Amaka was by the back shelf, sweeping under the bookcase when her broom hit something solid. She bent down. An old magazine, edges eaten by termites. _St. Monica’s Gazette, 1973_.

Her stomach dropped. _1973._ Same year the voice mentioned last night.

This was contraband. Old school property. If Mrs. Ijeoma caught her with it, straight suspension.

Amaka glanced around. The others were distracted, arguing about Blessing’s marks. Quick as lightning, she slid the magazine into her skirt and kept sweeping like nothing happened. Heart beating fast — not from ghosts, but from fear of getting caught with school property.

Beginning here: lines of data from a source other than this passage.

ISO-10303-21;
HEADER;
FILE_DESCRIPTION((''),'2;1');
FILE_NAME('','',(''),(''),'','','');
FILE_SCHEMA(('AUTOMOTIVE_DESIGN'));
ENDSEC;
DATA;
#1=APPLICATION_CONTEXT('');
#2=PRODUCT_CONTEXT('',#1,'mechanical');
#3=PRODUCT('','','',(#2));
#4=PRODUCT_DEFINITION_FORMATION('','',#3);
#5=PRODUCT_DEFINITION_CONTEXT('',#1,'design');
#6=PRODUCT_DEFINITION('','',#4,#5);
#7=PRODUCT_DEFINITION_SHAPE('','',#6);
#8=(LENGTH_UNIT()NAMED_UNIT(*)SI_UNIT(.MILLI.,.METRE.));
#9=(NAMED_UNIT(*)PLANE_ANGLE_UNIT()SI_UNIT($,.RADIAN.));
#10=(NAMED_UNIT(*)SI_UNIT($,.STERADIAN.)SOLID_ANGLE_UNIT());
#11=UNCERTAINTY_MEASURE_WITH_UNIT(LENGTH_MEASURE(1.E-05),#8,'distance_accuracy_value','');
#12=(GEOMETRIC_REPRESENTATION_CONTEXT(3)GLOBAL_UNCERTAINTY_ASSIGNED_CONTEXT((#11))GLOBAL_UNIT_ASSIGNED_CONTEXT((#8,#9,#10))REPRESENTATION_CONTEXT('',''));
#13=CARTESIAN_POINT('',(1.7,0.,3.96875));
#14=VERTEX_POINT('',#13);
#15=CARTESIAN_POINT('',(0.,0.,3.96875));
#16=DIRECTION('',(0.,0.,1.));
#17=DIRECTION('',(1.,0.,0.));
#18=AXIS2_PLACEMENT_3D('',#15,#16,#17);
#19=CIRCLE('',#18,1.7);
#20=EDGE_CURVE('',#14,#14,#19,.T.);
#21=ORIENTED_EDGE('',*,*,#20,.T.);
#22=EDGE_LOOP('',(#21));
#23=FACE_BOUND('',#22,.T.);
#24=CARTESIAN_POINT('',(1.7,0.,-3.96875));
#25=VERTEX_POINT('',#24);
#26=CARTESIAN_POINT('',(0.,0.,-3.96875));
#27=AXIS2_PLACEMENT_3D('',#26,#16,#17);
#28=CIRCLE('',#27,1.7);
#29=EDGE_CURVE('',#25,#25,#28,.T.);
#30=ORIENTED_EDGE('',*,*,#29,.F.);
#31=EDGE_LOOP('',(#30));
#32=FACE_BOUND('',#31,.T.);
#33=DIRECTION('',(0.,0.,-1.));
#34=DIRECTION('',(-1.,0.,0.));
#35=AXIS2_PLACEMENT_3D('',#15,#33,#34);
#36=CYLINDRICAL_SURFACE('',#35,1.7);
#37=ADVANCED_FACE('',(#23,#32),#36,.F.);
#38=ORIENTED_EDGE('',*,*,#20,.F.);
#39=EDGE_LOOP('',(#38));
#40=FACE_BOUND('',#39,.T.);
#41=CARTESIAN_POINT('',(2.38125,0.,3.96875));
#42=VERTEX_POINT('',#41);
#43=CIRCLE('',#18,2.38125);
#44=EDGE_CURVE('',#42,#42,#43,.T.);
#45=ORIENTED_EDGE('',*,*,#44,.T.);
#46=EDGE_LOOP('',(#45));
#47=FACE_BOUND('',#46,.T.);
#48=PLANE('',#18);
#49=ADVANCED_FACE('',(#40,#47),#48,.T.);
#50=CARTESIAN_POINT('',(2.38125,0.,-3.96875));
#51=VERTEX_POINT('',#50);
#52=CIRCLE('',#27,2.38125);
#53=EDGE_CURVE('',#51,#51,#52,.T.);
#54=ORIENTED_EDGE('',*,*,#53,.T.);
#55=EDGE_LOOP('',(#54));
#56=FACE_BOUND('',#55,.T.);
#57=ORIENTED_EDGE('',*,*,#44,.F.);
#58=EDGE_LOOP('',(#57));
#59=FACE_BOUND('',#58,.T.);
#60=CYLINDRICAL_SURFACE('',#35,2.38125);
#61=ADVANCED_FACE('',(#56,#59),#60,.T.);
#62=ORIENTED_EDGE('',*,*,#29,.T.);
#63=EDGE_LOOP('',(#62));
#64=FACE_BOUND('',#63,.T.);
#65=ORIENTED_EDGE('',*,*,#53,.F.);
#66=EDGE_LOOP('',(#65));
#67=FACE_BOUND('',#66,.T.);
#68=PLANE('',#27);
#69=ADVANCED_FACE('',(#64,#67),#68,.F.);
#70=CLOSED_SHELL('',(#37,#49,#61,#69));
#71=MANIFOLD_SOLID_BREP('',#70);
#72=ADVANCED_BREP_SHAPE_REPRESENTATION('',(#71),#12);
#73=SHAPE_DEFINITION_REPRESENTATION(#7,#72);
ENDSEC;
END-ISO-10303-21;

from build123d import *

# Parameters (mm, degrees)
SKETCH1_R           = 2.38125
SKETCH1_R_2         = 1.7
BOSS_EXTRUDE1_DEPTH = 3.96875


with BuildPart() as part:
    # Sketch1 → Boss-Extrude1 (new body, symmetric)
    with BuildSketch(Plane.XY):
        Circle(SKETCH1_R)
        Circle(SKETCH1_R_2, mode=Mode.SUBTRACT)
    extrude(amount=BOSS_EXTRUDE1_DEPTH, both=True)


solid = part.part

*Lunch Break, Behind the Dining Hall*

When she was alone, Amaka pulled it out. She remembered what the voice at the door said — _1973_.

Pages yellowed. Brittle. Smelled like the library basement.

She turned to _Page 6: Head Girl’s Address_... and her hand froze.

A black-and-white photo. Six girls. Prefects. And there, second from the left…

_Same face. Same eyes. Same thin scar cutting through the left eyebrow._

Kemi.

Her own roommate Kemi.

But the name under it wasn’t Kemi Adewale. It was _Kemi Bankole_.

1973.

That’s when Amaka started shaking. Because now she had a reason to.

Her eyes dropped to the bottom of the page. _Contact the Head Girl, Folake Ajayi, for alumni matters: 0803-XXX-1973._

A landline converted to GSM. The number was still complete.

Amaka copied it into her Nokia torch, heart hammering. If Kemi Bankole died in 1973… who was sleeping on the bottom bunk?

*Room 8, That Evening*

They’d finished cleaning. The air was too normal. That made it worse.

Amaka cleared her throat. “Kemi… you be only child, abi?”

Kemi looked up from her devotionals. Scar catching the light. “Yes nau. Why?”

“No reason. Just… you no get sister? Cousin wey resemble you well-well?”

Kemi laughed. “If I get twin wey fine like me, I for don post am for TikTok. I’m the only one.”

Amaka’s blood ran cold. She gripped the phone in her skirt.

That night, after lights out, Amaka took a deep breath and pressed send on the text she’d typed to the number from 1973:

_Good evening ma. I saw your contact in a St. Monica’s magazine. I’m in the same school now and I’m also a prefect. I’m creating some content on our school history and I’ve met some of the 1973 prefects already. You are the only prefect I haven’t met. Can we meet up in an outdoor space for a content please?? Just choose a location. Thank you._

Her phone buzzed almost immediately. One new message. Unknown number.

_I will get back to you._

Amaka’s breath caught. She looked up.

Because from Kemi’s bunk, even though Kemi’s breathing was deep and even like she was asleep…

Amaka heard typing too.

_Click… clack… click… clack…_

The same sound as the heel the night before.